■ DESCRIPTION OF THE TASK: Two lines in the data below mark the range: the one with "#50=CLOSED_SHELL('',(#25,#36,#49));" and the one with "The same part". Return both, along with every line between them, exactly.

■ Collected data entries:
==*==

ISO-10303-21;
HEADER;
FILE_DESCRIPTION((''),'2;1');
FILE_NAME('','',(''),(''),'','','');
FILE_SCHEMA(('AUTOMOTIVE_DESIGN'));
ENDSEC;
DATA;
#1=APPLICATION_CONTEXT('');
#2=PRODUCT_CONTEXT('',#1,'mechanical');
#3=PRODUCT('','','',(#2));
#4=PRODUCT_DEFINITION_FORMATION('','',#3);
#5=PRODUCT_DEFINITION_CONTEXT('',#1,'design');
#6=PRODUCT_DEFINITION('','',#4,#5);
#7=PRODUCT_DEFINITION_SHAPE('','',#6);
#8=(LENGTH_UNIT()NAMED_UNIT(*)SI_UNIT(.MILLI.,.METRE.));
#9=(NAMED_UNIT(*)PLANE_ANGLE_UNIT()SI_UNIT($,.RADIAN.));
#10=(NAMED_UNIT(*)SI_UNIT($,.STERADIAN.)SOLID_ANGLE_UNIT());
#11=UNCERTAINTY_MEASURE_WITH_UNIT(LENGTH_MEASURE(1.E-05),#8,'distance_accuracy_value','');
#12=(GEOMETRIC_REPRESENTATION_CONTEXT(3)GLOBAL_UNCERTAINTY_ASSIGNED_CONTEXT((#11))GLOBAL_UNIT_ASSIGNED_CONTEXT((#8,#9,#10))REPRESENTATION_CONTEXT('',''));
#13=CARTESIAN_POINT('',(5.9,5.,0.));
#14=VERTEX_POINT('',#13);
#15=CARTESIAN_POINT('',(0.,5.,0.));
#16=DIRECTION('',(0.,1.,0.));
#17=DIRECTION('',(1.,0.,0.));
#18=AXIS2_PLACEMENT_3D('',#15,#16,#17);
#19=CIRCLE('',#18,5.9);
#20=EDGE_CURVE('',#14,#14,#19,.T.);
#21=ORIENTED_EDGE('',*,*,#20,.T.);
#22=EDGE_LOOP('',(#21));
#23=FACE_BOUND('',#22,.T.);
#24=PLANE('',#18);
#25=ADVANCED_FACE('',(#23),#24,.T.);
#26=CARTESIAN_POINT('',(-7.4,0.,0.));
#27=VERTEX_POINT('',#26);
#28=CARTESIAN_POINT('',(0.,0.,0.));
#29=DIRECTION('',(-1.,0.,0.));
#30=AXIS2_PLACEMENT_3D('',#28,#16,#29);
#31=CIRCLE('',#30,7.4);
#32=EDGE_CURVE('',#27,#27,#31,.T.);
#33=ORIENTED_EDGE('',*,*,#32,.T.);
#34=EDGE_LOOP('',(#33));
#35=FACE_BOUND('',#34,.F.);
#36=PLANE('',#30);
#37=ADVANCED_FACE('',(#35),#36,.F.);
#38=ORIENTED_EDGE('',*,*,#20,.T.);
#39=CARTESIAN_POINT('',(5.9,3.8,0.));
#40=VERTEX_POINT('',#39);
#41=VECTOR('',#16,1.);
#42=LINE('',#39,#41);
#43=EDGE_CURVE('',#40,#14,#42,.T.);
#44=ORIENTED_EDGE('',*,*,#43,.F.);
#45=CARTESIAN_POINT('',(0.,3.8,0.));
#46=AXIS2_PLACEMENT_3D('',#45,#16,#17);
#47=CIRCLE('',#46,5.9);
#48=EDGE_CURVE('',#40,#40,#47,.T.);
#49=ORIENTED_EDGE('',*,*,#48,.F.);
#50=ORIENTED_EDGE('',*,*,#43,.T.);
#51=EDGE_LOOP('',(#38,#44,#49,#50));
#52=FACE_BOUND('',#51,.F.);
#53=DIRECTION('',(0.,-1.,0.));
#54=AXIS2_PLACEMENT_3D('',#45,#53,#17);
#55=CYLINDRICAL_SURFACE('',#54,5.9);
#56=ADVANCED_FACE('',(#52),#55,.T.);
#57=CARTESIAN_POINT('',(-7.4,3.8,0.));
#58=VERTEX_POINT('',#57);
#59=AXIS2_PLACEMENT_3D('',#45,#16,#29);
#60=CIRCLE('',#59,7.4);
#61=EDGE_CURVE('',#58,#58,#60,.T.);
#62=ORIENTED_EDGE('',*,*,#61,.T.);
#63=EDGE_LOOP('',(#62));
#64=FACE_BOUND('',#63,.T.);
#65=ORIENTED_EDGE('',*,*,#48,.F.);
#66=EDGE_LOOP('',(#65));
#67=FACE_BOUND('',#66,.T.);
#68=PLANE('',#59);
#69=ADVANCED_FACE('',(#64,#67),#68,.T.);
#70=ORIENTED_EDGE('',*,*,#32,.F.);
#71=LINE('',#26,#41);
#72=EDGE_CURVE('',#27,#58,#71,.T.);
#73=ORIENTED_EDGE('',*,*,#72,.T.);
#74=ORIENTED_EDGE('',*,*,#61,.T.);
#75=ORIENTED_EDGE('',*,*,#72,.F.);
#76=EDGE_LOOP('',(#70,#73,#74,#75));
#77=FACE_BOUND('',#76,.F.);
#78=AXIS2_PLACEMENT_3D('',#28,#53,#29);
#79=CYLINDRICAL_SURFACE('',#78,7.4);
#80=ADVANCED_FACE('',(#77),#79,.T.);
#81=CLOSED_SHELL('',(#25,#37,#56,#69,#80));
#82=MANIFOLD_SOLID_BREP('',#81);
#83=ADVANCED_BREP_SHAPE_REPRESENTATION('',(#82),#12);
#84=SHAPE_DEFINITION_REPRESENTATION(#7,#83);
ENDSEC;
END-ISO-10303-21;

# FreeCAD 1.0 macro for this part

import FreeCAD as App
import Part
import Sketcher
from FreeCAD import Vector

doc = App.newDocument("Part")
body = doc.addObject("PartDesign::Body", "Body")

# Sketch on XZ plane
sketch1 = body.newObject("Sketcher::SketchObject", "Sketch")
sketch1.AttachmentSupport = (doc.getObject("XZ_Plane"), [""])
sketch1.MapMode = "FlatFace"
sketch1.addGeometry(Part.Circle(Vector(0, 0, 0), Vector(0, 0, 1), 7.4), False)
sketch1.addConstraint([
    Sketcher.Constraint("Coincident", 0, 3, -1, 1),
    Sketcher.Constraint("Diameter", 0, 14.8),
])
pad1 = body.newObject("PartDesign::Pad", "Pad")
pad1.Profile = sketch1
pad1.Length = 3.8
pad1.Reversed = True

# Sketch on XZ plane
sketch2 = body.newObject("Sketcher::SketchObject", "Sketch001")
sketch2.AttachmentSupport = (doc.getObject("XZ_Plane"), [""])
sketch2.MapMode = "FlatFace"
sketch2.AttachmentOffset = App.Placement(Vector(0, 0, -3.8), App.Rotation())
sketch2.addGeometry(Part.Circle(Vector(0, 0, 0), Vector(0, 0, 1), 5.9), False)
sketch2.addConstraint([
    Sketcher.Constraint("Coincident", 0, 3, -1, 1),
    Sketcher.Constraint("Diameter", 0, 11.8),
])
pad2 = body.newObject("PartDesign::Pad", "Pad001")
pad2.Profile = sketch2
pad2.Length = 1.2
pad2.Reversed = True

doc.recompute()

==*==

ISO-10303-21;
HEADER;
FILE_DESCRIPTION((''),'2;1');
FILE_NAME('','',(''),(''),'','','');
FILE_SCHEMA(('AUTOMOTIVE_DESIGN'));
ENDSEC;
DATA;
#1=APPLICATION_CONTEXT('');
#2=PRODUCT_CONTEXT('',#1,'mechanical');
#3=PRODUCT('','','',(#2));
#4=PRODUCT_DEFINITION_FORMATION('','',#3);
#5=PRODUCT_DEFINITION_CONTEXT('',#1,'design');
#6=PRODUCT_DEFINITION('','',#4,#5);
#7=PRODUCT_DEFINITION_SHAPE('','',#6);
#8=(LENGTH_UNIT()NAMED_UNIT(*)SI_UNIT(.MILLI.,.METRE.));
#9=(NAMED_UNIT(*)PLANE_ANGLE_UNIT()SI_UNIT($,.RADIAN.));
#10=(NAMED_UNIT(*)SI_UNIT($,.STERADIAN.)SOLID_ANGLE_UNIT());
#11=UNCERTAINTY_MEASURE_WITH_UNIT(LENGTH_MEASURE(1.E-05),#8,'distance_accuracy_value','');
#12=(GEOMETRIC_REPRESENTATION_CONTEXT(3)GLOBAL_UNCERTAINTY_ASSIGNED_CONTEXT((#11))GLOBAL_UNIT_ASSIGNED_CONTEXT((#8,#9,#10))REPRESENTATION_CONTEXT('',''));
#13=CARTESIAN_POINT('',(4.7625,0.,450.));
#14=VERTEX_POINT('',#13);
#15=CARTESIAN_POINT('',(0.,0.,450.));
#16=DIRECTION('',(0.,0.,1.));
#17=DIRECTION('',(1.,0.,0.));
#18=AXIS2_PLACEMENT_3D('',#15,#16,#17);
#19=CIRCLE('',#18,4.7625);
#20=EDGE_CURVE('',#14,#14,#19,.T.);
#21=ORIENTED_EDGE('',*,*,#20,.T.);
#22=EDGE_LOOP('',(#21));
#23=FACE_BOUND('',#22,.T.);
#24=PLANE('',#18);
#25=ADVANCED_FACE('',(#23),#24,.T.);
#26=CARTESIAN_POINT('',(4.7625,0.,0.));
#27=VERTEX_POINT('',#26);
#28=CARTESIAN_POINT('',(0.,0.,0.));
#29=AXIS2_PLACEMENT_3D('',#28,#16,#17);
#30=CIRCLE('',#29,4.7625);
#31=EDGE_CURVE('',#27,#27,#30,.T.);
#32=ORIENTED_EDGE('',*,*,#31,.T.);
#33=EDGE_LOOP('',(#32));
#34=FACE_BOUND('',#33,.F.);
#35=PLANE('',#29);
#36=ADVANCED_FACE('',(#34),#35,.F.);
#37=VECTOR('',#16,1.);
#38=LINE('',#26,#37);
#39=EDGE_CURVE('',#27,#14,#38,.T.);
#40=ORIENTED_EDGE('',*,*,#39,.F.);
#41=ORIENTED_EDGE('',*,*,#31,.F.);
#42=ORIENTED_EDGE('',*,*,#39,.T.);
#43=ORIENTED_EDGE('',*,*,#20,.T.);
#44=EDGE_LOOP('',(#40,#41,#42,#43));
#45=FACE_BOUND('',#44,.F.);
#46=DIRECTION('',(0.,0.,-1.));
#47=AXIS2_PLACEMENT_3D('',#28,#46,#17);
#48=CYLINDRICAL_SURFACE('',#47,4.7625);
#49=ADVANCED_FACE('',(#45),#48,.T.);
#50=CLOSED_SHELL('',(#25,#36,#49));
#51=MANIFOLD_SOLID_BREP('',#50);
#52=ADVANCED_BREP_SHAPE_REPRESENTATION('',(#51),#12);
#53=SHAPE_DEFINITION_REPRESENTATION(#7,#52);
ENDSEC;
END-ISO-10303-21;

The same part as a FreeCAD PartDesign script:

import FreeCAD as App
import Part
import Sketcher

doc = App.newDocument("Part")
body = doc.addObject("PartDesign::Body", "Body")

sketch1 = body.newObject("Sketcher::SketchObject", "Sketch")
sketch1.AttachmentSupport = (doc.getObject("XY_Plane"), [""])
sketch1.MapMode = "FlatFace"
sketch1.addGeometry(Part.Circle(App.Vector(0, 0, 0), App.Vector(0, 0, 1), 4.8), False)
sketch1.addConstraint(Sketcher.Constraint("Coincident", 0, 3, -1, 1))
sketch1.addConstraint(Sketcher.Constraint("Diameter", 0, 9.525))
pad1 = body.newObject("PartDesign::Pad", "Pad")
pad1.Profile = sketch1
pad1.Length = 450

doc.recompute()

==*==

■ ANSWER BOX:
#50=CLOSED_SHELL('',(#25,#36,#49));
#51=MANIFOLD_SOLID_BREP('',#50);
#52=ADVANCED_BREP_SHAPE_REPRESENTATION('',(#51),#12);
#53=SHAPE_DEFINITION_REPRESENTATION(#7,#52);
ENDSEC;
END-ISO-10303-21;

The same part as a FreeCAD PartDesign script:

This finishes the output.